[PROVIDED ENTRIES — start]

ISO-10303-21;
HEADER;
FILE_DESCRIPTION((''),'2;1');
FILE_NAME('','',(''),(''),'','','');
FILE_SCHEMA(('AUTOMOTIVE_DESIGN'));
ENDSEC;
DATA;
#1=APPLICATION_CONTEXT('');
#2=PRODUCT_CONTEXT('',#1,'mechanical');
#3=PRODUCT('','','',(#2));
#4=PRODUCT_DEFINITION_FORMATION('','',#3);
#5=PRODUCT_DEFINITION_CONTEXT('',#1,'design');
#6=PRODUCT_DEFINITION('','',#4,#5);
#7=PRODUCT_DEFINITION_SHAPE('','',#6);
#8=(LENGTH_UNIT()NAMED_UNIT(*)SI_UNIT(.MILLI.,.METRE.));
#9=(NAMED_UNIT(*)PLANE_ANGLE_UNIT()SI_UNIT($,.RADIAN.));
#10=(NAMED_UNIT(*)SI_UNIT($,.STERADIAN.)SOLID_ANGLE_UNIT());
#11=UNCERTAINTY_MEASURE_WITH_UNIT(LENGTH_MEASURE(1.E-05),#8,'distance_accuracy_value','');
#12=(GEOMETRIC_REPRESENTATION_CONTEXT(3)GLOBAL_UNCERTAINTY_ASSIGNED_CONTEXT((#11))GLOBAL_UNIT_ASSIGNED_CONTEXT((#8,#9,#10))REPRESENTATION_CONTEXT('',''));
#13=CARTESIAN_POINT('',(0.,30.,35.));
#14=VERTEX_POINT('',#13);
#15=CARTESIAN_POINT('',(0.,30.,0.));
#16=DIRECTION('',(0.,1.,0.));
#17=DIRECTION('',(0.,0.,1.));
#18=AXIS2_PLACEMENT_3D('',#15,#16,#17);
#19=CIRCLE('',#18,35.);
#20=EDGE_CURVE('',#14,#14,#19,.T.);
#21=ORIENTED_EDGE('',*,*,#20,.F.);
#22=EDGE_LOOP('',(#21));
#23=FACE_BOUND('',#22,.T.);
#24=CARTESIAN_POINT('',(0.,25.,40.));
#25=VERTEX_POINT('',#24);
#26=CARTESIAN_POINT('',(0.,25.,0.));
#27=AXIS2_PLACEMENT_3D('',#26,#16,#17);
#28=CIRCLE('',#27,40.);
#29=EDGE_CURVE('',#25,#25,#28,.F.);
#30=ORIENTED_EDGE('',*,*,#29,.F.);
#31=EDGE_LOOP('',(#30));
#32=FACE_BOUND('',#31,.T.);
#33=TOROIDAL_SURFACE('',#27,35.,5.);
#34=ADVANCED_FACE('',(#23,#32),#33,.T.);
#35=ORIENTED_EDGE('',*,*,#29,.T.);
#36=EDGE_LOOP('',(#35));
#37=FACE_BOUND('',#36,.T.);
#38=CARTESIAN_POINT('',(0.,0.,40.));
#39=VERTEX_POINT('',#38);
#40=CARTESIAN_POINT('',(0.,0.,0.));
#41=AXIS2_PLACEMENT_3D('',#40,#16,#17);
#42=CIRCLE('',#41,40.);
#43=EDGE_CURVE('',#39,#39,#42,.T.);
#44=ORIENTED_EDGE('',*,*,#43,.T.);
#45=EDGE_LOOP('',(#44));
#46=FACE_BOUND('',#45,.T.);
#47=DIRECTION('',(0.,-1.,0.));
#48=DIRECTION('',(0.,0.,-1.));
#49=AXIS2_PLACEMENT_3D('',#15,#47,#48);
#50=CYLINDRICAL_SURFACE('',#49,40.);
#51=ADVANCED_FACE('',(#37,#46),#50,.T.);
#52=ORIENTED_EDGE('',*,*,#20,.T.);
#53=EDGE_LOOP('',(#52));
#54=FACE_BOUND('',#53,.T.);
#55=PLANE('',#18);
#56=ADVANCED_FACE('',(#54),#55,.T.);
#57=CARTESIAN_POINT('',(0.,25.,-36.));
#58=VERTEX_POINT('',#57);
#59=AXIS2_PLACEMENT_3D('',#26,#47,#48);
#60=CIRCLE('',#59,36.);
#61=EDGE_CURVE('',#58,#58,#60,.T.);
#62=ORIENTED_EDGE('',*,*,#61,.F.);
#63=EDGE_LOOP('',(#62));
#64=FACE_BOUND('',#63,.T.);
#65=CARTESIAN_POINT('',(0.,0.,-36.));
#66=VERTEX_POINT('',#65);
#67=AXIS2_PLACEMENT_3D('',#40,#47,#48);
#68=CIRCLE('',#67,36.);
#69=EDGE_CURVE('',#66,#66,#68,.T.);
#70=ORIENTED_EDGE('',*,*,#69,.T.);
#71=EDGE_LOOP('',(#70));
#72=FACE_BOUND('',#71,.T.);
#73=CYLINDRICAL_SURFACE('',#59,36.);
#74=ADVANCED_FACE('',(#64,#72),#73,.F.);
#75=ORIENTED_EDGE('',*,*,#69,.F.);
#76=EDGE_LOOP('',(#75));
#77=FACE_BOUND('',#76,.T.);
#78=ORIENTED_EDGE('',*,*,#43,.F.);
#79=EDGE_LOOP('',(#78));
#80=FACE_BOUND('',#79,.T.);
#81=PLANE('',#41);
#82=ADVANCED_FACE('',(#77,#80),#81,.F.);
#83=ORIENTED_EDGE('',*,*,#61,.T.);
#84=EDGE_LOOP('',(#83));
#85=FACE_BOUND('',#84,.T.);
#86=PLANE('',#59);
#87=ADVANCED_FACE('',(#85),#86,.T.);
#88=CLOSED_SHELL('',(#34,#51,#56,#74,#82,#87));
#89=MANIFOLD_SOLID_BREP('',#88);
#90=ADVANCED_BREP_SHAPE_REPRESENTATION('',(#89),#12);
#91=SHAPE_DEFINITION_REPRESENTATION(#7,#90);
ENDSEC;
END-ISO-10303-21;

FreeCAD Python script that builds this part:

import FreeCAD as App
import Part
import Sketcher
from FreeCAD import Vector
Q = App.Units.Quantity


def edges_at(feature, points):
    """Names of the edges that pass closest to the given points."""
    edges = feature.Shape.Edges
    near = lambda p: min(range(len(edges)), key=lambda i: edges[i].distToShape(Part.Vertex(*p))[0])
    return sorted({f"Edge{near(p) + 1}" for p in points})

doc = App.newDocument("Part")
body = doc.addObject("PartDesign::Body", "Body")

# Sketch on XZ plane
sketch1 = body.newObject("Sketcher::SketchObject", "Sketch")
sketch1.AttachmentSupport = (doc.getObject("XZ_Plane"), [""])
sketch1.MapMode = "FlatFace"
sketch1.addGeometry(Part.Circle(Vector(0, 0, 0), Vector(0, 0, 1), 40), False)
sketch1.addConstraint(Sketcher.Constraint("Coincident", 0, 3, -1, 1))
sketch1.addConstraint(Sketcher.Constraint("Diameter", 0, Q("80 mm")))
pad1 = body.newObject("PartDesign::Pad", "Pad")
pad1.Profile = sketch1
pad1.Length = 30
pad1.Reversed = True
doc.recompute()

fillet = body.newObject("PartDesign::Fillet", "Fillet")
fillet.Base = (pad1, edges_at(pad1, [(0, 30, -40)]))
fillet.Radius = 5

# Sketch on XZ plane
sketch2 = body.newObject("Sketcher::SketchObject", "Sketch001")
sketch2.AttachmentSupport = (doc.getObject("XZ_Plane"), [""])
sketch2.MapMode = "FlatFace"
sketch2.addGeometry(Part.Circle(Vector(0, 0, 0), Vector(0, 0, 1), 36), False)
sketch2.addConstraint(Sketcher.Constraint("Coincident", 0, 3, -1, 1))
sketch2.addConstraint(Sketcher.Constraint("Diameter", 0, Q("72 mm")))
pocket1 = body.newObject("PartDesign::Pocket", "Pocket")
pocket1.Profile = sketch2
pocket1.Length = 25

doc.recompute()
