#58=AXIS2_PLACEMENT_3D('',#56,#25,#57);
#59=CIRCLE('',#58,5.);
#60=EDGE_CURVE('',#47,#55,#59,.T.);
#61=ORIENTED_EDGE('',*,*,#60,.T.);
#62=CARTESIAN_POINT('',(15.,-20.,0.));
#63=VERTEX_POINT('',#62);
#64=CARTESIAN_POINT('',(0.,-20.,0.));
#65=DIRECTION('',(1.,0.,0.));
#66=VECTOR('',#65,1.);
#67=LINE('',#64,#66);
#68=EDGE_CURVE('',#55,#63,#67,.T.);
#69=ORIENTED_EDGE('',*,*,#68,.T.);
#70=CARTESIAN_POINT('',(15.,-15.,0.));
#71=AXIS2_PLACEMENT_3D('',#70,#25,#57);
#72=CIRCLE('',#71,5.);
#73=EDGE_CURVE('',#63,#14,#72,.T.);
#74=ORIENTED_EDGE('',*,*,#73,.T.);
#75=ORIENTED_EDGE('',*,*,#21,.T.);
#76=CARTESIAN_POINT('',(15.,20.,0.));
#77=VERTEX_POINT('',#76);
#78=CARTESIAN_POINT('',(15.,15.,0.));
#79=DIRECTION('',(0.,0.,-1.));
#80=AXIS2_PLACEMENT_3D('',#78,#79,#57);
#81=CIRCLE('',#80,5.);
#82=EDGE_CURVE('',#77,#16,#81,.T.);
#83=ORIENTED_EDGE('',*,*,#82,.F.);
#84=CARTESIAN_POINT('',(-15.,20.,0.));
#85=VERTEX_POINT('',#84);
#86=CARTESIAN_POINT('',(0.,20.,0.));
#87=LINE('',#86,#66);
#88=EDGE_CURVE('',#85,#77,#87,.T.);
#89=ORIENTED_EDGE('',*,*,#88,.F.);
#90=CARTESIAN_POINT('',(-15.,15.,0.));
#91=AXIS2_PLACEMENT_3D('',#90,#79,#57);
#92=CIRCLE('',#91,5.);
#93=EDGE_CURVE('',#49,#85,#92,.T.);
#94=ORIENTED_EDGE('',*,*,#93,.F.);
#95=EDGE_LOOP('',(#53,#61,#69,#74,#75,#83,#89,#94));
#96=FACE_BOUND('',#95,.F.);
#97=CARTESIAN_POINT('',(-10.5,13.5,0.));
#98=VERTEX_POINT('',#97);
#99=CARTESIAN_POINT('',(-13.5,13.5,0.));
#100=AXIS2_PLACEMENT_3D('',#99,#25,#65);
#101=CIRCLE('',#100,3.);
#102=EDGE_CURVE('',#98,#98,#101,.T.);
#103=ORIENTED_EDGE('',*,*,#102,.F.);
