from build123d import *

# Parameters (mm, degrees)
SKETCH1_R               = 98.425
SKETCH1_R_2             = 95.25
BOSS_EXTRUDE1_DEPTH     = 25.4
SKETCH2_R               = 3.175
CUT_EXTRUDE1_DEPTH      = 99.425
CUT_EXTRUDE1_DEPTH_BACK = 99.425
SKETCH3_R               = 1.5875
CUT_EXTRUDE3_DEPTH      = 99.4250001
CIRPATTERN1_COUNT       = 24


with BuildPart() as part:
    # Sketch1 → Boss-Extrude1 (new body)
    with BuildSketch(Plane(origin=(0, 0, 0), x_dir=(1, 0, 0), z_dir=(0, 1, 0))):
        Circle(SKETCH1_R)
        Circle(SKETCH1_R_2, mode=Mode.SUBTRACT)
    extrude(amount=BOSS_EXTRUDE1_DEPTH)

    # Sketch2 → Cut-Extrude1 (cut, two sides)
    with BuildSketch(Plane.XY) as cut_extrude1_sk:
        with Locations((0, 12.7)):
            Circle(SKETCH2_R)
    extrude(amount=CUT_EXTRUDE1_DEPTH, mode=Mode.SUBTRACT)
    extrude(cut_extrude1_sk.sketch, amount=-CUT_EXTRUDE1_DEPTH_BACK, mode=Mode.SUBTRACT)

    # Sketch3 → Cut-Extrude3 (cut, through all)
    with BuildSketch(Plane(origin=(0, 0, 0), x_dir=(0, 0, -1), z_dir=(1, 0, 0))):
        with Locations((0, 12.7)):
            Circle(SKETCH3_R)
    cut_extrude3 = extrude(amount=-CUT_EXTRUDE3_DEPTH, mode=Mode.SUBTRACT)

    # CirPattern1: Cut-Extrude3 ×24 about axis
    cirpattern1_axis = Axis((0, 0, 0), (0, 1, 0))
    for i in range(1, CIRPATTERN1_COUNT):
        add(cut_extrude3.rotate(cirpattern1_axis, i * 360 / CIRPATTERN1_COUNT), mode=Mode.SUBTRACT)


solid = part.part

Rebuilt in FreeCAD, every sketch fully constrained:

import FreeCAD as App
import Part
import Sketcher
from FreeCAD import Vector
Q = App.Units.Quantity

doc = App.newDocument("Part")
params = doc.addObject("Spreadsheet::Sheet", "Params")
for row, (alias, value) in enumerate([
    ("sketch1_diameter", "7.5 in"),
    ("sketch1_diameter2", "7.75 in"),
    ("pad1_length", "1 in"),
    ("sketch2_diameter", "0.25 in"),
    ("sketch3_diameter", "0.125 in"),
], start=1):
    params.set(f"A{row}", alias)
    params.set(f"B{row}", "=" + value)
    params.setAlias(f"B{row}", alias)

body = doc.addObject("PartDesign::Body", "Body")

# Sketch on XZ plane
sketch1 = doc.addObject("Sketcher::SketchObject", "Sketch")
body.addObject(sketch1)
sketch1.AttachmentSupport = (doc.XZ_Plane, [""])
sketch1.MapMode = "FlatFace"
sketch1.addGeometry([
    Part.Circle(Vector(0, 0, 0), Vector(0, 0, 1), 98),
    Part.Circle(Vector(0, 0, 0), Vector(0, 0, 1), 95),
], False)
sketch1.addConstraint([
    Sketcher.Constraint("Coincident", 0, 3, -1, 1),
    Sketcher.Constraint("Coincident", 1, 3, -1, 1),
    Sketcher.Constraint("Diameter", 1, Q("7.5 in")),
    Sketcher.Constraint("Diameter", 0, Q("7.75 in")),
])
sketch1.setExpression("Constraints[2]", "Params.sketch1_diameter")
sketch1.setExpression("Constraints[3]", "Params.sketch1_diameter2")
pad1 = doc.addObject("PartDesign::Pad", "Pad")
body.addObject(pad1)
pad1.Profile = sketch1
pad1.setExpression("Length", "Params.pad1_length")
pad1.Reversed = True

# Sketch on XY plane
sketch2 = doc.addObject("Sketcher::SketchObject", "Sketch001")
body.addObject(sketch2)
sketch2.AttachmentSupport = (doc.XY_Plane, [""])
sketch2.MapMode = "FlatFace"
sketch2.addGeometry(Part.Circle(Vector(0, 12.7, 0), Vector(0, 0, 1), 3.2), False)
sketch2.addConstraint([
    Sketcher.Constraint("PointOnObject", 0, 3, -2),
    Sketcher.Constraint("Diameter", 0, Q("0.25 in")),
    Sketcher.Constraint("DistanceY", -1, 1, 0, 3, Q("0.5 in")),
])
sketch2.setExpression("Constraints[1]", "Params.sketch2_diameter")
pocket1 = doc.addObject("PartDesign::Pocket", "Pocket")
body.addObject(pocket1)
pocket1.Profile = sketch2
pocket1.Type = "ThroughAll"
pocket1.Midplane = True

# Sketch on YZ plane
sketch3 = doc.addObject("Sketcher::SketchObject", "Sketch002")
body.addObject(sketch3)
sketch3.AttachmentSupport = (doc.YZ_Plane, [""])
sketch3.MapMode = "FlatFace"
sketch3.addGeometry(Part.Circle(Vector(12.7, 0, 0), Vector(0, 0, 1), 1.6), False)
sketch3.addConstraint([
    Sketcher.Constraint("PointOnObject", 0, 3, -1),
    Sketcher.Constraint("Diameter", 0, Q("0.125 in")),
    Sketcher.Constraint("DistanceX", -1, 1, 0, 3, Q("0.5 in")),
])
sketch3.setExpression("Constraints[1]", "Params.sketch3_diameter")
pocket2 = doc.addObject("PartDesign::Pocket", "Pocket001")
body.addObject(pocket2)
pocket2.Profile = sketch3
pocket2.Type = "ThroughAll"
doc.recompute()

polarpattern = doc.addObject("PartDesign::PolarPattern", "PolarPattern")
body.addObject(polarpattern)
polarpattern.Originals = [pocket2]
polarpattern.Axis = (doc.Y_Axis, [""])
polarpattern.Angle = 360
polarpattern.Occurrences = 24
body.Tip = polarpattern

doc.recompute()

[PROVIDED ENTRIES — finish]

• DESCRIPTION OF THE TASK:
Send back exactly the lines of the listing above starting at the one with "Circle(SKETCH3_R)" and ending at the one with "Rebuilt in FreeCAD, every", inclusive, and no others.

• OUTPUT:
            Circle(SKETCH3_R)
    cut_extrude3 = extrude(amount=-CUT_EXTRUDE3_DEPTH, mode=Mode.SUBTRACT)

    # CirPattern1: Cut-Extrude3 ×24 about axis
    cirpattern1_axis = Axis((0, 0, 0), (0, 1, 0))
    for i in range(1, CIRPATTERN1_COUNT):
        add(cut_extrude3.rotate(cirpattern1_axis, i * 360 / CIRPATTERN1_COUNT), mode=Mode.SUBTRACT)


solid = part.part

Rebuilt in FreeCAD, every sketch fully constrained:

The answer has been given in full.